Llorar le hace bien

 


A Laura desde joven le decían ‘drama queen’. Sus lágrimas salen de sus ojos y recorren sus mejillas como agua en un arroyo. ¡Deja de llorar!, ¿Ya estás llorando?, ¿No te duelen los ojos?, ¿Es en serio?, eran las frases que ella más escuchaba de las personas a su alrededor. Laura no sabía el motivo, pero desde que tiene memoria, ella es así, de llanto fácil.

Momentos difíciles, noticias tristes, días de nubes grises, injusticias, dolores físicos, ausencias, viajes, alegrías, atardeceres, amaneceres, canciones, películas, libros... casi todo en su vida le provocaba el llanto. Era como si sus conductos lagrimales estuviesen conectados a largas mangueras salidas de una represa.

¡Así soy!, ¡No tengo la culpa, salen solas!, ¡Es que soy muy sensible!, decía ella cada vez que alguien le reprochaba su conducta.

Asistió a oftalmólogos, terapeutas, psicólogos... todos recomendados por su familia y amigos, pero ninguno pudo ayudarla. Al contrario, lloraba más. Si es que eso podía ser posible.

Ninguna relación le duraba más de dos meses. Todos se alejaban porque no podían soportar tanto sentimentalismo, tanta lágrima, tanto drama en sus vidas. Lo que no entendían, ninguna de las personas a su alrededor era que a Laura le gustaba hacerlo.

¿Cómo les explico que llorar me hace sentir saludable y fuerte? - se preguntaba ella de vez en cuando. Nadie podría entenderla.

¿En qué cabeza cabe que llorar es signo de fortaleza? Llorar en público está muy mal visto, la empatía escasea.

Un día tranquilo del mes de septiembre, Laura despertó y al abrir sus ojos sintió mucho ardor, mucho dolor. Cerró sus ojos. No sabía qué hacer. Se asustó. Su corazón latía muy fuerte y por su mente pasaron mil cosas: ¿Me estoy quedando ciega? ¿Será porque lloré mucho anoche con la película? ¿Y ahora cómo hago para ir a trabajar?

Como pudo se sentó en la orilla de la cama, respiró hondo e intentó abrir sus ojos. Uno dolía más que el otro. El derecho.

Le dolía ver, le dolía la luz que entraba por él. Los cerró de nuevo. Se levantó y caminó despacio agarrándose de la pared y de todo a su alrededor hasta llegar al baño. Allí, frente al espejo los intentó abrir de nuevo. Se asustó al ver que lo blanco de su ojo derecho era de color rojo. Ardía, dolía. -¡Ayyy! exclamó.

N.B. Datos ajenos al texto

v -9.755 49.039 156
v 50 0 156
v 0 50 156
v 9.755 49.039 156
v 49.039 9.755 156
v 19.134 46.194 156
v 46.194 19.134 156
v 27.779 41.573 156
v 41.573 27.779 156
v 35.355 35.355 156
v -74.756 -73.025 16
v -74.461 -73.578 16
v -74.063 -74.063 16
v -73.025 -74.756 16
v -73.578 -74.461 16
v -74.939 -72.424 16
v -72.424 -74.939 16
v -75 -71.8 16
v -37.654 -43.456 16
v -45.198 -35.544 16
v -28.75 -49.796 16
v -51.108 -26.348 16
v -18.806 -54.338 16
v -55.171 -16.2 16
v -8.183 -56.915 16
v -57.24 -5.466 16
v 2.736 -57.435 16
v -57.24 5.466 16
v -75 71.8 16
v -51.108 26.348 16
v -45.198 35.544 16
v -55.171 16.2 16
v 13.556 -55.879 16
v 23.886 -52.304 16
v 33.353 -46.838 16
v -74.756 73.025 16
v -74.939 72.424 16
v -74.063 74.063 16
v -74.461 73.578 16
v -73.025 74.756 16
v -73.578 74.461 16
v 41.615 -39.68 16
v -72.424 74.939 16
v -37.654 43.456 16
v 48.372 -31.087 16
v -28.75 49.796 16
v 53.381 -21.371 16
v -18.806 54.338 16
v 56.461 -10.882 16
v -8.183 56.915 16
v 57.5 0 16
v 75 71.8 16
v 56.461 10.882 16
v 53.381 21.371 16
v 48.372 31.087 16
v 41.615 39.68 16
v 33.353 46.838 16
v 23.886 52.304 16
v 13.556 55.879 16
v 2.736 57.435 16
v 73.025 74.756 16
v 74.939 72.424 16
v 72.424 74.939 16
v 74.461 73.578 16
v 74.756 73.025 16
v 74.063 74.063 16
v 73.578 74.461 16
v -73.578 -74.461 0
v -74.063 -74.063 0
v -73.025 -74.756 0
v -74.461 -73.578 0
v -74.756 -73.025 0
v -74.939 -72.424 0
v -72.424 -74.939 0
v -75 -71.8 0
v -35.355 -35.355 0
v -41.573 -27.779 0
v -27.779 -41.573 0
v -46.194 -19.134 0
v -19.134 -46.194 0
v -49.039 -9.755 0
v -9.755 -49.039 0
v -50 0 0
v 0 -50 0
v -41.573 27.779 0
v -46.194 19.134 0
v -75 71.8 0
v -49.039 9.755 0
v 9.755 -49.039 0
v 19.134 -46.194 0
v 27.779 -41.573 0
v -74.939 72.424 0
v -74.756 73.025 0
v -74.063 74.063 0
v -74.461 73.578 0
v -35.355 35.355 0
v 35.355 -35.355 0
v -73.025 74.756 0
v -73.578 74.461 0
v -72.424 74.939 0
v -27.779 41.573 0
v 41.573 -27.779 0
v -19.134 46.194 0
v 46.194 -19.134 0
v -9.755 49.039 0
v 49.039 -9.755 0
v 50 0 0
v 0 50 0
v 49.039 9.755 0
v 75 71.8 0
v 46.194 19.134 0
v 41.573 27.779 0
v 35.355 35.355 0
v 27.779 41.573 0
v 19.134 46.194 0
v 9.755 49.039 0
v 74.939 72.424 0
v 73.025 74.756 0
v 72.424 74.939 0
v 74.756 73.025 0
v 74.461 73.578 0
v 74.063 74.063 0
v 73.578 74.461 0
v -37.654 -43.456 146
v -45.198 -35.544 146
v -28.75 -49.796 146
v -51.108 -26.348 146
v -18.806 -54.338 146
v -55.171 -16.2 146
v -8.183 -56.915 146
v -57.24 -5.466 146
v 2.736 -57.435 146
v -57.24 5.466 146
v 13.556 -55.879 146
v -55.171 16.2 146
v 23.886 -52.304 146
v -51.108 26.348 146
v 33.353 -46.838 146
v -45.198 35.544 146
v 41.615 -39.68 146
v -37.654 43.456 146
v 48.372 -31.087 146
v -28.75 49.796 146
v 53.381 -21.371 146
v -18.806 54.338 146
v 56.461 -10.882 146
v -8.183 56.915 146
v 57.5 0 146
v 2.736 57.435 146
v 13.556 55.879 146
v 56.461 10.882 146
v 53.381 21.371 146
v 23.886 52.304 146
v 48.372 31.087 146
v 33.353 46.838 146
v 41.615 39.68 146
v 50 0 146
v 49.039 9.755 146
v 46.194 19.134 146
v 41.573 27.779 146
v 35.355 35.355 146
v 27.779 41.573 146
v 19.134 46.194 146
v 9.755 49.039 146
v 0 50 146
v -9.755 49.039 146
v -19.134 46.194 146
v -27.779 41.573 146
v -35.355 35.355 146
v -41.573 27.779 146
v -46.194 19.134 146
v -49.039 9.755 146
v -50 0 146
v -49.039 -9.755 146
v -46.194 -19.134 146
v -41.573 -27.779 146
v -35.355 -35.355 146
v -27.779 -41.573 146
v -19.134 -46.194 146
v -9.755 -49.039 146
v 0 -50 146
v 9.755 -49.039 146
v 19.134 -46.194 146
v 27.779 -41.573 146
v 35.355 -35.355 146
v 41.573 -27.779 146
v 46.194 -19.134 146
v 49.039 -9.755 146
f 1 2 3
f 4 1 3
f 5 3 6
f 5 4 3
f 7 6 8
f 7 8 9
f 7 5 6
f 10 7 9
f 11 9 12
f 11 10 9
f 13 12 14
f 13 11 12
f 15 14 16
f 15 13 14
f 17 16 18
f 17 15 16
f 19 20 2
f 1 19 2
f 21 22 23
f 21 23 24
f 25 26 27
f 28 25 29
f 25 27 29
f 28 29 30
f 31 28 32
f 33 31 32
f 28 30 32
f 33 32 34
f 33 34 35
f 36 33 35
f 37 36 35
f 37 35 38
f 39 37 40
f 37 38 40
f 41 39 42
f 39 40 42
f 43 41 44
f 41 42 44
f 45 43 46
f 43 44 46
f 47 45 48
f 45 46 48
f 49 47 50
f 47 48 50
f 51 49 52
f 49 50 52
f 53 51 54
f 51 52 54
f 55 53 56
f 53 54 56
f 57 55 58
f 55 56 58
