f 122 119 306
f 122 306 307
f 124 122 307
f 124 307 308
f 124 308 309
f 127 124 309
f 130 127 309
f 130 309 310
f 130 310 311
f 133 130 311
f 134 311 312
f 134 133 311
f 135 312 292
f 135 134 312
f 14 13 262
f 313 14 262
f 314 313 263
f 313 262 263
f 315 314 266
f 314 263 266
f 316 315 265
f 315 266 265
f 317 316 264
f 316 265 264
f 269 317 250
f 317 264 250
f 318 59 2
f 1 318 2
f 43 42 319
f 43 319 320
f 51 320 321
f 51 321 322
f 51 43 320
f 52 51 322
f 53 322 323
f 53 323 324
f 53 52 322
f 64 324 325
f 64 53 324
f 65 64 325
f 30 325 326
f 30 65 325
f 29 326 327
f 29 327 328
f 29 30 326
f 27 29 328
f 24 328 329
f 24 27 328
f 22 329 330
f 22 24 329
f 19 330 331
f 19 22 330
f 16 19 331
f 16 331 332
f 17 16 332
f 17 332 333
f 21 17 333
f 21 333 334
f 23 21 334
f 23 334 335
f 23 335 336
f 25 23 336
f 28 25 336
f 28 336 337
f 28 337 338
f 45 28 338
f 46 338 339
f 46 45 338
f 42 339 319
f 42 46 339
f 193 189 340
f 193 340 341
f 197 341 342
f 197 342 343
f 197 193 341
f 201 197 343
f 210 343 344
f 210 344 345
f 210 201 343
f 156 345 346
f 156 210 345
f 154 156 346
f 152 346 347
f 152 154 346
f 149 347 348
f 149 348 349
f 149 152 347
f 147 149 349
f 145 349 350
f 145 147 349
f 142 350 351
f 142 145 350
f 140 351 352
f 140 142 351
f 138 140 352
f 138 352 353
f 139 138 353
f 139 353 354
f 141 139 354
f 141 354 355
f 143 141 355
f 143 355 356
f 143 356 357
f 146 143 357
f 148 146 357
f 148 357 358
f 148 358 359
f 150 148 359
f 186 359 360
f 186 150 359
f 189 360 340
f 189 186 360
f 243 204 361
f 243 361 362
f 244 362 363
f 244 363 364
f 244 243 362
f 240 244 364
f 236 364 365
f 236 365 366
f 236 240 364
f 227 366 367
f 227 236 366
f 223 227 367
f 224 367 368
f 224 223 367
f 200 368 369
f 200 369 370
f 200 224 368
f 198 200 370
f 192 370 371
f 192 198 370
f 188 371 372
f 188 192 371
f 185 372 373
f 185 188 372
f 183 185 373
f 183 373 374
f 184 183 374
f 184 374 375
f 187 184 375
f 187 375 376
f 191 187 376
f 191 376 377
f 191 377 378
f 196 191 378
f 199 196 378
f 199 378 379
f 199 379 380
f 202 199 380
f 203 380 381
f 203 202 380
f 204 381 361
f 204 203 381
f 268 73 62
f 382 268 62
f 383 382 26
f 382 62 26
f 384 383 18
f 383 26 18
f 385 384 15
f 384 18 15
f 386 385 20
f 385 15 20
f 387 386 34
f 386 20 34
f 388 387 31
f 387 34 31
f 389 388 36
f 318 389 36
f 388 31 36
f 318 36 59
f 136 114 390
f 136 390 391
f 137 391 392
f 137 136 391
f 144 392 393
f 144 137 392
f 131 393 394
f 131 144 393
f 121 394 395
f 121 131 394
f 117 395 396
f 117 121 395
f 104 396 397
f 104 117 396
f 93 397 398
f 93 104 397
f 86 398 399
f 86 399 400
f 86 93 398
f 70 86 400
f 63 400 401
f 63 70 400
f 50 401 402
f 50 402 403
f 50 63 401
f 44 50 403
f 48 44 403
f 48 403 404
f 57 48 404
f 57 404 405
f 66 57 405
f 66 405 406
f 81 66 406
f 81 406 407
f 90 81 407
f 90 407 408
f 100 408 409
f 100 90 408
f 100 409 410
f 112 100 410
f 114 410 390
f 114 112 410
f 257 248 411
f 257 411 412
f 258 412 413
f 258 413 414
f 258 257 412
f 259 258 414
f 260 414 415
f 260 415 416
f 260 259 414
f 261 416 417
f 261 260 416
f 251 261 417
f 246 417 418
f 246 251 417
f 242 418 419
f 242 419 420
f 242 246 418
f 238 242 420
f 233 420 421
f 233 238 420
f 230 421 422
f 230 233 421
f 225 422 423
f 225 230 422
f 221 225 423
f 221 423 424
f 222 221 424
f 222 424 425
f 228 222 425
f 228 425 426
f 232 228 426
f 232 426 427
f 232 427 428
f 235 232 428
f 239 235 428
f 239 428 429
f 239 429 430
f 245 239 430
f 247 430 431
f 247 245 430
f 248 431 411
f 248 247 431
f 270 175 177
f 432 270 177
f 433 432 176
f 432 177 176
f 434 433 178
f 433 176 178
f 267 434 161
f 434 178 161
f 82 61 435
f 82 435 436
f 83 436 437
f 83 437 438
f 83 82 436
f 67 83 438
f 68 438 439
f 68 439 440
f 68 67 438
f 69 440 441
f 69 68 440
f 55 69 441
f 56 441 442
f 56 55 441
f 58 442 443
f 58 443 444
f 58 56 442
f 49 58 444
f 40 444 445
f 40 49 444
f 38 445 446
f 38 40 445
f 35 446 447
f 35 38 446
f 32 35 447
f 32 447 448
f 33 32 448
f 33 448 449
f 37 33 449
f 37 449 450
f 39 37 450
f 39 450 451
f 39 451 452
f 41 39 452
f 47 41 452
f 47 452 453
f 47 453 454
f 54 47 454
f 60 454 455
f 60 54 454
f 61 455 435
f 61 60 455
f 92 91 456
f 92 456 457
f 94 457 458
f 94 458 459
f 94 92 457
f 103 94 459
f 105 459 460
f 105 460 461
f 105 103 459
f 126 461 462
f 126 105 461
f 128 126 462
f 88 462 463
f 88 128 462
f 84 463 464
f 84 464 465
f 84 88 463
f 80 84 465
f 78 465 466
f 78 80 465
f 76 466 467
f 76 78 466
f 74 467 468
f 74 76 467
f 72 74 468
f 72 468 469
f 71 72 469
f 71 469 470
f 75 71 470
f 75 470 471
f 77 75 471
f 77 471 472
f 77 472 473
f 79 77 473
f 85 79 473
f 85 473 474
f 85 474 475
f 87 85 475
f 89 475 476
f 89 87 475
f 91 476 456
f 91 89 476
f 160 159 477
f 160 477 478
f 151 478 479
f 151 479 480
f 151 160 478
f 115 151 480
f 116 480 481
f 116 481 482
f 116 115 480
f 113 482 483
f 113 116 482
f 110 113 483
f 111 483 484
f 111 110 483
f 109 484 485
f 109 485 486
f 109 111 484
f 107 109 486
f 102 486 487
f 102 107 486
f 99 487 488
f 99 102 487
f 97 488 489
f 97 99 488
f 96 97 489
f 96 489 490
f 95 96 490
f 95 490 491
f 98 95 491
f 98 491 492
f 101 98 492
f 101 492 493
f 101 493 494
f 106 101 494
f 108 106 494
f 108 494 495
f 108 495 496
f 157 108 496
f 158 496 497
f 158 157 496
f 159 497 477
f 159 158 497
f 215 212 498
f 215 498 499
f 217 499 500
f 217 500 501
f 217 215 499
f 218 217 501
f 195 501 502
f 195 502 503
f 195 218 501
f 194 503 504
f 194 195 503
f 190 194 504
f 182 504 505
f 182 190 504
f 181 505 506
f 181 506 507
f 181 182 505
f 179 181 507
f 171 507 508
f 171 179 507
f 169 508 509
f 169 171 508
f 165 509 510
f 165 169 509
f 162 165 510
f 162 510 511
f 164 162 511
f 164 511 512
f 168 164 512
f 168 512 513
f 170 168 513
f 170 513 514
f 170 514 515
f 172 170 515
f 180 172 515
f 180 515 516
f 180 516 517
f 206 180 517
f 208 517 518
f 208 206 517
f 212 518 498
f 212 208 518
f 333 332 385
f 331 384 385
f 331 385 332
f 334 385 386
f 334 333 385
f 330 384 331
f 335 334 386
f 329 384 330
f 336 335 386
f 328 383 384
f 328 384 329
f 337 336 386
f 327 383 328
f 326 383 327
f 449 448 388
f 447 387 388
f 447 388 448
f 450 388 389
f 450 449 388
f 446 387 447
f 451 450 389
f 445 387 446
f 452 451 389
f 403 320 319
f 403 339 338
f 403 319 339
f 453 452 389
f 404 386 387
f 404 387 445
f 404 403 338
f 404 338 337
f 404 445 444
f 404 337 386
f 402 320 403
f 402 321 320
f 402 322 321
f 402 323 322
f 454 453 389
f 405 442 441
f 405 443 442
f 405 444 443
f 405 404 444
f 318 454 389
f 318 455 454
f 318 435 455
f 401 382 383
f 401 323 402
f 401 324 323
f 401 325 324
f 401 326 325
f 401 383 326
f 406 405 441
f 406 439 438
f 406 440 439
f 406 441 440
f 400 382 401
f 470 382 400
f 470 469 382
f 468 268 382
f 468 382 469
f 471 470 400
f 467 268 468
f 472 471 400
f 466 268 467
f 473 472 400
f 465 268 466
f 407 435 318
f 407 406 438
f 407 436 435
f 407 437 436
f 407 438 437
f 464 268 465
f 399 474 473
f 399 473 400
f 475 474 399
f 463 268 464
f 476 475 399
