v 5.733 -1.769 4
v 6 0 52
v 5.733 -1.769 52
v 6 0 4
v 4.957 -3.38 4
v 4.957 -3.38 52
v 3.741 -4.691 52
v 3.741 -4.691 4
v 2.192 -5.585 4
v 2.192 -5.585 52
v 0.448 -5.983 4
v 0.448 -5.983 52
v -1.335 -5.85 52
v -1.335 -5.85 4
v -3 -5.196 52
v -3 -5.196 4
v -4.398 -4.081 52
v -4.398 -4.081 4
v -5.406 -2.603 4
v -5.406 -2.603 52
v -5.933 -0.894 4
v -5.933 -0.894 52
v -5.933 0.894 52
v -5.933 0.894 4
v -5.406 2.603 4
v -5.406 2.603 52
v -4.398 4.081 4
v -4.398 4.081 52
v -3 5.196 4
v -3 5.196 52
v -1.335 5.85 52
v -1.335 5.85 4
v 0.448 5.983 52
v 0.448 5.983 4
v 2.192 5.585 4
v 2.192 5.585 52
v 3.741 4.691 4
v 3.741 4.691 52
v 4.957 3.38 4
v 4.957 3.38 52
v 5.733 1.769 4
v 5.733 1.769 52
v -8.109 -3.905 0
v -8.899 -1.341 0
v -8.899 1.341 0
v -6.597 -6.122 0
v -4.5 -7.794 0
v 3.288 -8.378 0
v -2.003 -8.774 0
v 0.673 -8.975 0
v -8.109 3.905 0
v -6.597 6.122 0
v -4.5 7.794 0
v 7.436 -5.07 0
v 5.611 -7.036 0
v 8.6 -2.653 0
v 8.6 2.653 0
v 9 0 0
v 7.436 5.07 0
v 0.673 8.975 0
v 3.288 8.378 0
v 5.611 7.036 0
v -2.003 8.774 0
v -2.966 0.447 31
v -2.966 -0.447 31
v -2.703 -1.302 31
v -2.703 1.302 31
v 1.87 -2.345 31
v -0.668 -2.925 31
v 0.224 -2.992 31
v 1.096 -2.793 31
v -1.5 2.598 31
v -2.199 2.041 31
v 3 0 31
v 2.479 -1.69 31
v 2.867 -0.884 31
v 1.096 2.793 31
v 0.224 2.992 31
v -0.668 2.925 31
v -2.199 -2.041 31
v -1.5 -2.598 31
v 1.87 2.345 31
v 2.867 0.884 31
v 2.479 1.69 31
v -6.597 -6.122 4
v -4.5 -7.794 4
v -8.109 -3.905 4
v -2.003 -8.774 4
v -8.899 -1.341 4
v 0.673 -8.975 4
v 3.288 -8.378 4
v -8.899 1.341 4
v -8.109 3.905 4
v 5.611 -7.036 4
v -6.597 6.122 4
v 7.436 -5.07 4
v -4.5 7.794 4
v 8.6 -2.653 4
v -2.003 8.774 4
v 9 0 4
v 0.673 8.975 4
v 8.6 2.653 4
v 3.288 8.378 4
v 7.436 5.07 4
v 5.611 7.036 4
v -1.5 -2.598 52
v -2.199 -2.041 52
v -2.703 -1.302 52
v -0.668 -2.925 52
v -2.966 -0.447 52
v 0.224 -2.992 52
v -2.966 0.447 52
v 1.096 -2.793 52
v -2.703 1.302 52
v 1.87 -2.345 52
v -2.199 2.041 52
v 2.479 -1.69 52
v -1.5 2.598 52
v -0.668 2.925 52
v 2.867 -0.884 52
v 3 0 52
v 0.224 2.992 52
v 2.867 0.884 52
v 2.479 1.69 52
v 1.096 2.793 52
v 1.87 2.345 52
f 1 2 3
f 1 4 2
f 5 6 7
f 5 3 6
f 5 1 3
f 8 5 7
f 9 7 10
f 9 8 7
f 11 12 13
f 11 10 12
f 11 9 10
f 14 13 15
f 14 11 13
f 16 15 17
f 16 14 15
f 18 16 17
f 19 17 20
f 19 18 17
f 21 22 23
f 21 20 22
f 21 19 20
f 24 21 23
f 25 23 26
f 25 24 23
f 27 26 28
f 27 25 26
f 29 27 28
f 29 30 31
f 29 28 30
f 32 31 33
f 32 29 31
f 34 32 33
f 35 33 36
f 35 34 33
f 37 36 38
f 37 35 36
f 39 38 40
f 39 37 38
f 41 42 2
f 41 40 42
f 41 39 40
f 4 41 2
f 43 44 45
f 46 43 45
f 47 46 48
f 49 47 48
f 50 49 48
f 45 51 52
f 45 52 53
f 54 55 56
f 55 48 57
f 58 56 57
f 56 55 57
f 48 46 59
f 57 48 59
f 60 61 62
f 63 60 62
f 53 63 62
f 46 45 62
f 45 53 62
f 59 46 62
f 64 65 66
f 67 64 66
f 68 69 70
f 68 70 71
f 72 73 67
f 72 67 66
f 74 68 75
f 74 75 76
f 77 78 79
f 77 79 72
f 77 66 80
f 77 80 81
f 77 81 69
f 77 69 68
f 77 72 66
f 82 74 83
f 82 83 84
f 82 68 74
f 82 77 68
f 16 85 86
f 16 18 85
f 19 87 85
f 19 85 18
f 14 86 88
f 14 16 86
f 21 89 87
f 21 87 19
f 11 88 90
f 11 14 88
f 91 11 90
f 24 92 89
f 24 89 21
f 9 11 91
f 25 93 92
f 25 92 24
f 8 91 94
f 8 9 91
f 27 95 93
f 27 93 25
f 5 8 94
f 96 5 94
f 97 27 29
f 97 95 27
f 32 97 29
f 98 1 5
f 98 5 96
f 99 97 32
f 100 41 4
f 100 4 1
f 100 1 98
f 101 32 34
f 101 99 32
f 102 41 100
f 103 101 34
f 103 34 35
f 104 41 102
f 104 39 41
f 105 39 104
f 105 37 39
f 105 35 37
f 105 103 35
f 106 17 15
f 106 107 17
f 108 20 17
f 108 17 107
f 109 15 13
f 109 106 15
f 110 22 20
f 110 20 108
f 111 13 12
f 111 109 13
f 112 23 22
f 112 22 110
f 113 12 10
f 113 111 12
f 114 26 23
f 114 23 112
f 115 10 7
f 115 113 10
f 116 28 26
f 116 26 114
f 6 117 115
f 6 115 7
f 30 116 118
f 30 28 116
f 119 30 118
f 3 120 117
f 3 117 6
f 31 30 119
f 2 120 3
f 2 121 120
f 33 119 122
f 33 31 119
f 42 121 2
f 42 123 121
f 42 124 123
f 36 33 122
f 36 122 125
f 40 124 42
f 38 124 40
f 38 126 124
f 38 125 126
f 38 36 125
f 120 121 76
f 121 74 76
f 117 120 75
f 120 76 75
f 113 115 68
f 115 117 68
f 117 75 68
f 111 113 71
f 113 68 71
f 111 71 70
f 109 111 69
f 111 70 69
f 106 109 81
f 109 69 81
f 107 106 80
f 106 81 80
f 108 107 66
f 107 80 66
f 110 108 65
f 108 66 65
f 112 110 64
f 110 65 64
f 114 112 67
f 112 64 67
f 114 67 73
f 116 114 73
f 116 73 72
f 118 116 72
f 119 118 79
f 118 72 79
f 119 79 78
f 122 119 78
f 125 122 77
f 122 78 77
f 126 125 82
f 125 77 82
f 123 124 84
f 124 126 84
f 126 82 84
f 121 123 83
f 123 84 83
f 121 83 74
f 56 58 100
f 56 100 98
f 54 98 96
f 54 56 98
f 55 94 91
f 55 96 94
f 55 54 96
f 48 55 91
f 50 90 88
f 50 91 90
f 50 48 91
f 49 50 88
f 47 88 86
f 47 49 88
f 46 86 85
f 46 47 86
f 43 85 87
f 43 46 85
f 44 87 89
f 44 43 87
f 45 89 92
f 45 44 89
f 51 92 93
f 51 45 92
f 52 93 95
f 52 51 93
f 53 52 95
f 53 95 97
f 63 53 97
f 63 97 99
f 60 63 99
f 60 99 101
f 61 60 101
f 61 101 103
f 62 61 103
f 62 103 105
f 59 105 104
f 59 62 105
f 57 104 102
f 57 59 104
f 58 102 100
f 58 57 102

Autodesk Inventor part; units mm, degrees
ref_plane "YZ Plane" through (0, 0, 0) normal (1, 0, 0) x (0, 1, 0)
ref_plane "XZ Plane" through (0, 0, 0) normal (0, 1, 0) x (-1, 0, 0)
ref_plane "XY Plane" through (0, 0, 0) normal (0, 0, 1) x (1, 0, 0)
sketch "Sketch1" plane through (0, 0, 0) normal (0, 0, 1) x (1, 0, 0)
  circle A0 centre (0, 0) radius 9
  dimension "d0" = 18
extrude "Extrusion1" add sketch "Sketch1" along normal blind 4
sketch "Sketch2" plane through (0, 0, 4) normal (0, 0, 1) x (1, 0, 0)
  circle A0 centre (0, 0) radius 6
  circle A1 centre (0, 0) radius 3
  dimension "d3" = 12
  dimension "d4" = 6
extrude "Extrusion2" add sketch "Sketch2" along normal blind 48
sketch "Sketch4" plane through (0, 0, 4) normal (0, 0, 1) x (1, 0, 0)
  circle A0 centre (0, 0) radius 3
extrude "Extrusion3" add sketch "Sketch4" along normal blind 27
properties part number "Adaptateur_axes"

Llamó a una de sus vecinas para que la llevara a un médico. -¡Eso no es normal! ¿Será un efecto de tu llanto? A lo mejor y es la cura... le iba diciendo su vecina. Pero Laura iba en silencio, preocupada... tenía muchas ganas de llorar, estaba confundida, neesitaba respuestas, no imaginaba su vida sin sus ojos, ¡sin sus lágrimas! Sus ojos comenzaron a llenarse, quería llorar pero ¡no podía! debía retenerlas porque al sentirlas en el ojo, el dolor era tan fuerte que sentía que su cabeza explotaría. ¡No puede ser! ¡Me duele! ¡No puedo abrir mi ojo, no puedo ni llorar!, dijo Laura al mismo tiempo en voz alta. Su vecina solo le dijo: - ¿Pero eso es bueno no? Me avisas cuando salgas, aquí estaré estacionada.

Laura como pudo caminó hasta el ascensor y subió hasta el consultorio del oftalmólogo. Una vez dentro, le dijeron que padecía de una inflmación en la úvea, mejor conocida como uveitis. La causa era desconocida, pero debía tomar reposo visual, debía evitar el sol, las luces, y sobre todo pero no menos importante, debía mantener su ojo seco, no debía llorar.

Laura sintió que era el fin. Quería llorar del dolor, pero no podía porque si lo hacía le dolía aún más. Era una situación contradictoria.

Pero para su sorpresa, el mundo, su mundo, no se acabó por dejar de llorar un par de días; que fue el tiempo que le llevó recuperarse.

Su ojo derecho ya no era el mismo de siempre, pero aún así, después del tratamiento y al poder elevar su mirada al cielo sin molestia por la luz, Laura volvió a llorar. Esta vez no fue a borbotones, fue sutil, ligera, una lágrima rodó por su mejilla en aquella tarde de cielo despejado y sol brillante. Se había curado, seguía sintiendo, podía expresarlo y eso era lo que a ella más le importaba.